[Assigned task]
Look through the data below for the line with "v 65.3 -2.939 4.045", and transcribe it exactly together with each line after it up to and including the line with "v 66.5 -2.119 -1.753". Give nothing else.

[Stored records]
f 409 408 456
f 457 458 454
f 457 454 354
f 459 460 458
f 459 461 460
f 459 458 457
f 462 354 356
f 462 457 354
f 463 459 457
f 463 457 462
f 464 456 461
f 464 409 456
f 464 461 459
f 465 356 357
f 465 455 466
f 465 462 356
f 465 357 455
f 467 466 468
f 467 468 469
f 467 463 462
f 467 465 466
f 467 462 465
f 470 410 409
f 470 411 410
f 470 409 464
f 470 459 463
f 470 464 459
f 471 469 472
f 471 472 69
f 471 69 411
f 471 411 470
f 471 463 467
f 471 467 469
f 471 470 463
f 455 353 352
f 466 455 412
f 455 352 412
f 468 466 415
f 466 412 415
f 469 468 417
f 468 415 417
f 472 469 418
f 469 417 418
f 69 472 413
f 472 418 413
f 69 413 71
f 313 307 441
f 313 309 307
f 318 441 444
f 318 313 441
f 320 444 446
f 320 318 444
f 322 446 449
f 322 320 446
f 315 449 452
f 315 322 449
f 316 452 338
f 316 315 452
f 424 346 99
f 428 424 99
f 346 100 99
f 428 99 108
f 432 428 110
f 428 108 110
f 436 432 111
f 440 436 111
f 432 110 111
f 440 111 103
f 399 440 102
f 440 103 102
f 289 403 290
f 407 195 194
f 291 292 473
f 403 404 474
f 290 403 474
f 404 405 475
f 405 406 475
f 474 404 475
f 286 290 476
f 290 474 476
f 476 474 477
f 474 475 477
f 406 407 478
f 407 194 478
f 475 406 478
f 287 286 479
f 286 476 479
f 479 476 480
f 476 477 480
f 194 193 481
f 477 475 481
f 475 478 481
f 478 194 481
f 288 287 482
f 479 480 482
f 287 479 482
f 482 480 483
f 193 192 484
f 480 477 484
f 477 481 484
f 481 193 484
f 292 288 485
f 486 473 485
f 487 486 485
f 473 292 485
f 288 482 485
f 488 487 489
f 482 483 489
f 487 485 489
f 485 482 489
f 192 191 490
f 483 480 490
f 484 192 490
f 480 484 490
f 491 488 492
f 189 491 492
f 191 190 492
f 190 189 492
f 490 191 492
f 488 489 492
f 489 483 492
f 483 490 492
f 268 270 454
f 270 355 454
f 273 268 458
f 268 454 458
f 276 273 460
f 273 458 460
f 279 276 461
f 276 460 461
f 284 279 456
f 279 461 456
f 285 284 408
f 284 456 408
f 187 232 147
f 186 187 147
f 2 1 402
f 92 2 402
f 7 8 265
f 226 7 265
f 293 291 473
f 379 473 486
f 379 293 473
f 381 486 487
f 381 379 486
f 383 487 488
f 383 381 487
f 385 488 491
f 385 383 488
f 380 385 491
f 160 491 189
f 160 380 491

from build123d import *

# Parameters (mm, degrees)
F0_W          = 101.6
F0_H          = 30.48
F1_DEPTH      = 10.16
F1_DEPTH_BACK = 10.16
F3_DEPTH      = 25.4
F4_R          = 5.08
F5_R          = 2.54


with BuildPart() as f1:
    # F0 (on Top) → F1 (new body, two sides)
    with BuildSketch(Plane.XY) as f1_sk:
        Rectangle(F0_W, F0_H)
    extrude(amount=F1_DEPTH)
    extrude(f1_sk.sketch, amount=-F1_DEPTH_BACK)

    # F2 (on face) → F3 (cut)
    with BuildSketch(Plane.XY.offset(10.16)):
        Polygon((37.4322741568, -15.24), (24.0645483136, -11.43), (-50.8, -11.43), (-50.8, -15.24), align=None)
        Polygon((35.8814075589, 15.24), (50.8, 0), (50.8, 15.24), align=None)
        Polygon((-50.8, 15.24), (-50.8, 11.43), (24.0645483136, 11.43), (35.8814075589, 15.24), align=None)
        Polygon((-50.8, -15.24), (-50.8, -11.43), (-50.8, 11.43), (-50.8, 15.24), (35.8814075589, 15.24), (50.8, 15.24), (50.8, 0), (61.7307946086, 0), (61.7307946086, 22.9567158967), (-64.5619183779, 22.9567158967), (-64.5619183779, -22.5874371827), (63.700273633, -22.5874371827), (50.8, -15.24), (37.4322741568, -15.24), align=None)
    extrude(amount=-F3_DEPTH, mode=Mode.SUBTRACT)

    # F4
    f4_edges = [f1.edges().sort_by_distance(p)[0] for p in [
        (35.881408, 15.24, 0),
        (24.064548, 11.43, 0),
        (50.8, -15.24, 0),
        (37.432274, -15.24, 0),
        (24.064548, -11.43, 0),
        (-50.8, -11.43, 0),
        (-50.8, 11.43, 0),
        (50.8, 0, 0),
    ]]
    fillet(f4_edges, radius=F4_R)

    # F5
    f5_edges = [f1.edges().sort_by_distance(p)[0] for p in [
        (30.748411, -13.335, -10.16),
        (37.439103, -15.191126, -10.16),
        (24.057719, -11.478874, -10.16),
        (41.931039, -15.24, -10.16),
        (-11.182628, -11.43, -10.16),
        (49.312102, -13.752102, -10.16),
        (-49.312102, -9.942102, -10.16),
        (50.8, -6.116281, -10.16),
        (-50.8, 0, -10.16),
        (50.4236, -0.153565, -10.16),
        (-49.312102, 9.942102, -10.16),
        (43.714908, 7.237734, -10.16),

---

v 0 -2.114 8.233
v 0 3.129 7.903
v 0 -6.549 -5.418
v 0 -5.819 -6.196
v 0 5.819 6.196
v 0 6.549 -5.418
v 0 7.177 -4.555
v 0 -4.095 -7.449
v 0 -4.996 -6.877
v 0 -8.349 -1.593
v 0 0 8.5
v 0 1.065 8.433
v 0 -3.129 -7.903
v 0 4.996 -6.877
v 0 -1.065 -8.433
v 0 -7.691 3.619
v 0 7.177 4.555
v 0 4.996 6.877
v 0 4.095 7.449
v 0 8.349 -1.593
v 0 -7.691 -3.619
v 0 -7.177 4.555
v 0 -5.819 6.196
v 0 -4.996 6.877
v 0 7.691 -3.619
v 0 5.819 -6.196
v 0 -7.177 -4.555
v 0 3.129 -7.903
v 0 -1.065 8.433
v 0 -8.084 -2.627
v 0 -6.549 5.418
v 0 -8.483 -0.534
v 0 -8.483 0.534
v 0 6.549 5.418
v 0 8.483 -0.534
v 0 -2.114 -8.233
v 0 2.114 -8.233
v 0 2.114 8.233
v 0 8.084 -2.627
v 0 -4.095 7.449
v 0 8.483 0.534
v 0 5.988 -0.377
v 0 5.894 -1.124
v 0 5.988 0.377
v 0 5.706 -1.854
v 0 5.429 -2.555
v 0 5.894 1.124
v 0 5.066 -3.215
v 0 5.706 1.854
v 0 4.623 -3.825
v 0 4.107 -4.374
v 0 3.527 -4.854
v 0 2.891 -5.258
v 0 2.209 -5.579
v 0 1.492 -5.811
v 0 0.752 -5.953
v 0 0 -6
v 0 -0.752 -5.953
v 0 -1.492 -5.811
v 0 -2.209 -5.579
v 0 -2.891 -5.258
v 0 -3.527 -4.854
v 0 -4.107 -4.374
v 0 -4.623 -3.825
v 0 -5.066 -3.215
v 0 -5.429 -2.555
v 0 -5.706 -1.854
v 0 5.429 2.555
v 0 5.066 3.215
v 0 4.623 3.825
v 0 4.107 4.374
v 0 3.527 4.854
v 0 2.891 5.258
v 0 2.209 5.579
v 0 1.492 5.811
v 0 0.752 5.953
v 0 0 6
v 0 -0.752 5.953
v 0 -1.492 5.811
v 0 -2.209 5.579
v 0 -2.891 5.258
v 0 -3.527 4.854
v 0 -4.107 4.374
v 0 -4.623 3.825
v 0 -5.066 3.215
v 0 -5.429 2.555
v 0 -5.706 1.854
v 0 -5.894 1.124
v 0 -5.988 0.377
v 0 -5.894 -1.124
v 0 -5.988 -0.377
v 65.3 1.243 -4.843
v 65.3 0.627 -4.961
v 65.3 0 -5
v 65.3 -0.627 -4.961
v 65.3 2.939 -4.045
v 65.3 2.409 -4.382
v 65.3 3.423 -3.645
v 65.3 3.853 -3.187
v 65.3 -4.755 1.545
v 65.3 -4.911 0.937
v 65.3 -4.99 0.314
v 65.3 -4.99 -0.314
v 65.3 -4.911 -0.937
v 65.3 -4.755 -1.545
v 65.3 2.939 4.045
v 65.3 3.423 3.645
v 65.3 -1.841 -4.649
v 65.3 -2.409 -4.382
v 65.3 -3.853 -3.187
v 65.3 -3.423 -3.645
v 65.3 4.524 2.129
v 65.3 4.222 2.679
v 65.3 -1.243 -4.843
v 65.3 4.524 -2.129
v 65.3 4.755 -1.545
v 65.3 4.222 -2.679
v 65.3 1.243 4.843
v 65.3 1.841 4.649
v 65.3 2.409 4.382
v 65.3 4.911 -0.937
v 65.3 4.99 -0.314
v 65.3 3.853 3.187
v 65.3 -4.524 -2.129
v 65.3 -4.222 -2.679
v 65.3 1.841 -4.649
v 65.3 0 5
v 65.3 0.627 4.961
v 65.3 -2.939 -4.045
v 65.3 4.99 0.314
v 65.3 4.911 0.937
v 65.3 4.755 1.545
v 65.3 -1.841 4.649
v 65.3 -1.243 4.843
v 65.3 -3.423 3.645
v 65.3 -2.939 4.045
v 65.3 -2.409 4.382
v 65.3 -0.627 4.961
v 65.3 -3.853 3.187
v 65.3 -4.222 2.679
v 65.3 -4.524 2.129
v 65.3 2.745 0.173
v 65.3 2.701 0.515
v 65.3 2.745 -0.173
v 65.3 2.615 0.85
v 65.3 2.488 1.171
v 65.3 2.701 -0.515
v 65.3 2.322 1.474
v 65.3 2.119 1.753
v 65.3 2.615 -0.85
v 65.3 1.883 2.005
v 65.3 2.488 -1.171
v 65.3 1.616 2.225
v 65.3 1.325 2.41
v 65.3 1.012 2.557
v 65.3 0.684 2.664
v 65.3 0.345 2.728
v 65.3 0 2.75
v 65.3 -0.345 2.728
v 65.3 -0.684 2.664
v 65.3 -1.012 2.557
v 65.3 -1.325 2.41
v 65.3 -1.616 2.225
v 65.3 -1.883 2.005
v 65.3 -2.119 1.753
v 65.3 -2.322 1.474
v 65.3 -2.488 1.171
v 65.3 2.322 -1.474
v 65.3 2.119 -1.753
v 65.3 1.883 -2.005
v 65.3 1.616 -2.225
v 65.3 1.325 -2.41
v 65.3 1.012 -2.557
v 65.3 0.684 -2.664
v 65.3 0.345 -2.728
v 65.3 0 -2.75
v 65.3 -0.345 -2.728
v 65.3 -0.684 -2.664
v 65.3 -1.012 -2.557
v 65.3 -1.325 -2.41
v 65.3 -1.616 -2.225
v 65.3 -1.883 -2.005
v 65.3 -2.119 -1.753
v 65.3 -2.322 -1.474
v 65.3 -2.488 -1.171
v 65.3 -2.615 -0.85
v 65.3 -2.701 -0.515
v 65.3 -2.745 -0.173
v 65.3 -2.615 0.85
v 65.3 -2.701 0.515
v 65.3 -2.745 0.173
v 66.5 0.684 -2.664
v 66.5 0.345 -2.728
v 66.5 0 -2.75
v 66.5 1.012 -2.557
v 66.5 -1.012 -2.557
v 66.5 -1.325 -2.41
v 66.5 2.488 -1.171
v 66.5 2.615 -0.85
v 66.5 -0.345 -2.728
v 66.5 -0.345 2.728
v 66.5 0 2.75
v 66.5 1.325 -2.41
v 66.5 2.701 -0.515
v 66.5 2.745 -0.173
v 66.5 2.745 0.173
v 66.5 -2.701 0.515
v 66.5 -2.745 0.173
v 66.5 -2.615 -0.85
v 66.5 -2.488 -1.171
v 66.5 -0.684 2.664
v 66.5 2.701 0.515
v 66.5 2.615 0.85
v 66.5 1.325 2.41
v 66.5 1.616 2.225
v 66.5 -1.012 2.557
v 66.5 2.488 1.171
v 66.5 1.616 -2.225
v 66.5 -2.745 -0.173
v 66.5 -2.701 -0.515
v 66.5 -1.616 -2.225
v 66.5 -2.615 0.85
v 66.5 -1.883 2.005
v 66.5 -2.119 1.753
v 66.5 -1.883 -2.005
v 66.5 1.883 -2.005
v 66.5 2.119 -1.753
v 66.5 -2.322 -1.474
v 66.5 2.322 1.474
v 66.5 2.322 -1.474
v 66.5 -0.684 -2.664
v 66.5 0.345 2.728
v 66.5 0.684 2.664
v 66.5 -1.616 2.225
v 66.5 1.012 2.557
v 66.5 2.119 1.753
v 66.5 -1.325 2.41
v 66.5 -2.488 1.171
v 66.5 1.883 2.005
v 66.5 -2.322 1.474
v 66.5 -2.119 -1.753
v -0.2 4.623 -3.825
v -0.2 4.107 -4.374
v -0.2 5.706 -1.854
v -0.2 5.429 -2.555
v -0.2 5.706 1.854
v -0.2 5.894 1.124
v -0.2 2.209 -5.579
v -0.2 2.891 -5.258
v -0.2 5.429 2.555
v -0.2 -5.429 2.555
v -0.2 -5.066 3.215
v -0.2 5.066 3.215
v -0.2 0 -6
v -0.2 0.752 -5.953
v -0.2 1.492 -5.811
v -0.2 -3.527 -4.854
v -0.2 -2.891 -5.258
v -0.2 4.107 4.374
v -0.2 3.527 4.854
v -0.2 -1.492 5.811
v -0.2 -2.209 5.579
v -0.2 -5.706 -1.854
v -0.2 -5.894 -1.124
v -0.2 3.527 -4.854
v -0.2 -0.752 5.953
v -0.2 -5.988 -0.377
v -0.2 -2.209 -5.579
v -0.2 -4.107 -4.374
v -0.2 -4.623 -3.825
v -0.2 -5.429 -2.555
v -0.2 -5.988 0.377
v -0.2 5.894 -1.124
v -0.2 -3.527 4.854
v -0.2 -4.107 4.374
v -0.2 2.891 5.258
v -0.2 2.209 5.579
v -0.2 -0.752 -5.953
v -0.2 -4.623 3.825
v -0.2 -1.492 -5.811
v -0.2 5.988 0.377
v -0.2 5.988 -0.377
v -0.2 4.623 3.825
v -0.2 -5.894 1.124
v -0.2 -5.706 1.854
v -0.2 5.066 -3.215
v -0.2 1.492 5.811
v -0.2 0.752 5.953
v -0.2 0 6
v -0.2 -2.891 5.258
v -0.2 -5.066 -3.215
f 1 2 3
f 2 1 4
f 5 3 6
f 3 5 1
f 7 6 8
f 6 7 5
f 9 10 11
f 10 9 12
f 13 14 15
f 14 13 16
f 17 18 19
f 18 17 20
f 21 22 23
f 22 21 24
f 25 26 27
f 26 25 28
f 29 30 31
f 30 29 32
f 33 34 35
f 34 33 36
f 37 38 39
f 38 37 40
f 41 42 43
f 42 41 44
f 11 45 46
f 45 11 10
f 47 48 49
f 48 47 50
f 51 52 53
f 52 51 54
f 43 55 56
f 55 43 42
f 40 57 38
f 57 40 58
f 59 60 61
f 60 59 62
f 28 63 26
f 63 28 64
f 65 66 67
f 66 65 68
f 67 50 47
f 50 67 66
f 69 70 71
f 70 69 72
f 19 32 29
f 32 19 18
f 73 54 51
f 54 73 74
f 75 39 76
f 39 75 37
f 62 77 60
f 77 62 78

[Result]
v 65.3 -2.939 4.045
v 65.3 -2.409 4.382
v 65.3 -0.627 4.961
v 65.3 -3.853 3.187
v 65.3 -4.222 2.679
v 65.3 -4.524 2.129
v 65.3 2.745 0.173
v 65.3 2.701 0.515
v 65.3 2.745 -0.173
v 65.3 2.615 0.85
v 65.3 2.488 1.171
v 65.3 2.701 -0.515
v 65.3 2.322 1.474
v 65.3 2.119 1.753
v 65.3 2.615 -0.85
v 65.3 1.883 2.005
v 65.3 2.488 -1.171
v 65.3 1.616 2.225
v 65.3 1.325 2.41
v 65.3 1.012 2.557
v 65.3 0.684 2.664
v 65.3 0.345 2.728
v 65.3 0 2.75
v 65.3 -0.345 2.728
v 65.3 -0.684 2.664
v 65.3 -1.012 2.557
v 65.3 -1.325 2.41
v 65.3 -1.616 2.225
v 65.3 -1.883 2.005
v 65.3 -2.119 1.753
v 65.3 -2.322 1.474
v 65.3 -2.488 1.171
v 65.3 2.322 -1.474
v 65.3 2.119 -1.753
v 65.3 1.883 -2.005
v 65.3 1.616 -2.225
v 65.3 1.325 -2.41
v 65.3 1.012 -2.557
v 65.3 0.684 -2.664
v 65.3 0.345 -2.728
v 65.3 0 -2.75
v 65.3 -0.345 -2.728
v 65.3 -0.684 -2.664
v 65.3 -1.012 -2.557
v 65.3 -1.325 -2.41
v 65.3 -1.616 -2.225
v 65.3 -1.883 -2.005
v 65.3 -2.119 -1.753
v 65.3 -2.322 -1.474
v 65.3 -2.488 -1.171
v 65.3 -2.615 -0.85
v 65.3 -2.701 -0.515
v 65.3 -2.745 -0.173
v 65.3 -2.615 0.85
v 65.3 -2.701 0.515
v 65.3 -2.745 0.173
v 66.5 0.684 -2.664
v 66.5 0.345 -2.728
v 66.5 0 -2.75
v 66.5 1.012 -2.557
v 66.5 -1.012 -2.557
v 66.5 -1.325 -2.41
v 66.5 2.488 -1.171
v 66.5 2.615 -0.85
v 66.5 -0.345 -2.728
v 66.5 -0.345 2.728
v 66.5 0 2.75
v 66.5 1.325 -2.41
v 66.5 2.701 -0.515
v 66.5 2.745 -0.173
v 66.5 2.745 0.173
v 66.5 -2.701 0.515
v 66.5 -2.745 0.173
v 66.5 -2.615 -0.85
v 66.5 -2.488 -1.171
v 66.5 -0.684 2.664
v 66.5 2.701 0.515
v 66.5 2.615 0.85
v 66.5 1.325 2.41
v 66.5 1.616 2.225
v 66.5 -1.012 2.557
v 66.5 2.488 1.171
v 66.5 1.616 -2.225
v 66.5 -2.745 -0.173
v 66.5 -2.701 -0.515
v 66.5 -1.616 -2.225
v 66.5 -2.615 0.85
v 66.5 -1.883 2.005
v 66.5 -2.119 1.753
v 66.5 -1.883 -2.005
v 66.5 1.883 -2.005
v 66.5 2.119 -1.753
v 66.5 -2.322 -1.474
v 66.5 2.322 1.474
v 66.5 2.322 -1.474
v 66.5 -0.684 -2.664
v 66.5 0.345 2.728
v 66.5 0.684 2.664
v 66.5 -1.616 2.225
v 66.5 1.012 2.557
v 66.5 2.119 1.753
v 66.5 -1.325 2.41
v 66.5 -2.488 1.171
v 66.5 1.883 2.005
v 66.5 -2.322 1.474
v 66.5 -2.119 -1.753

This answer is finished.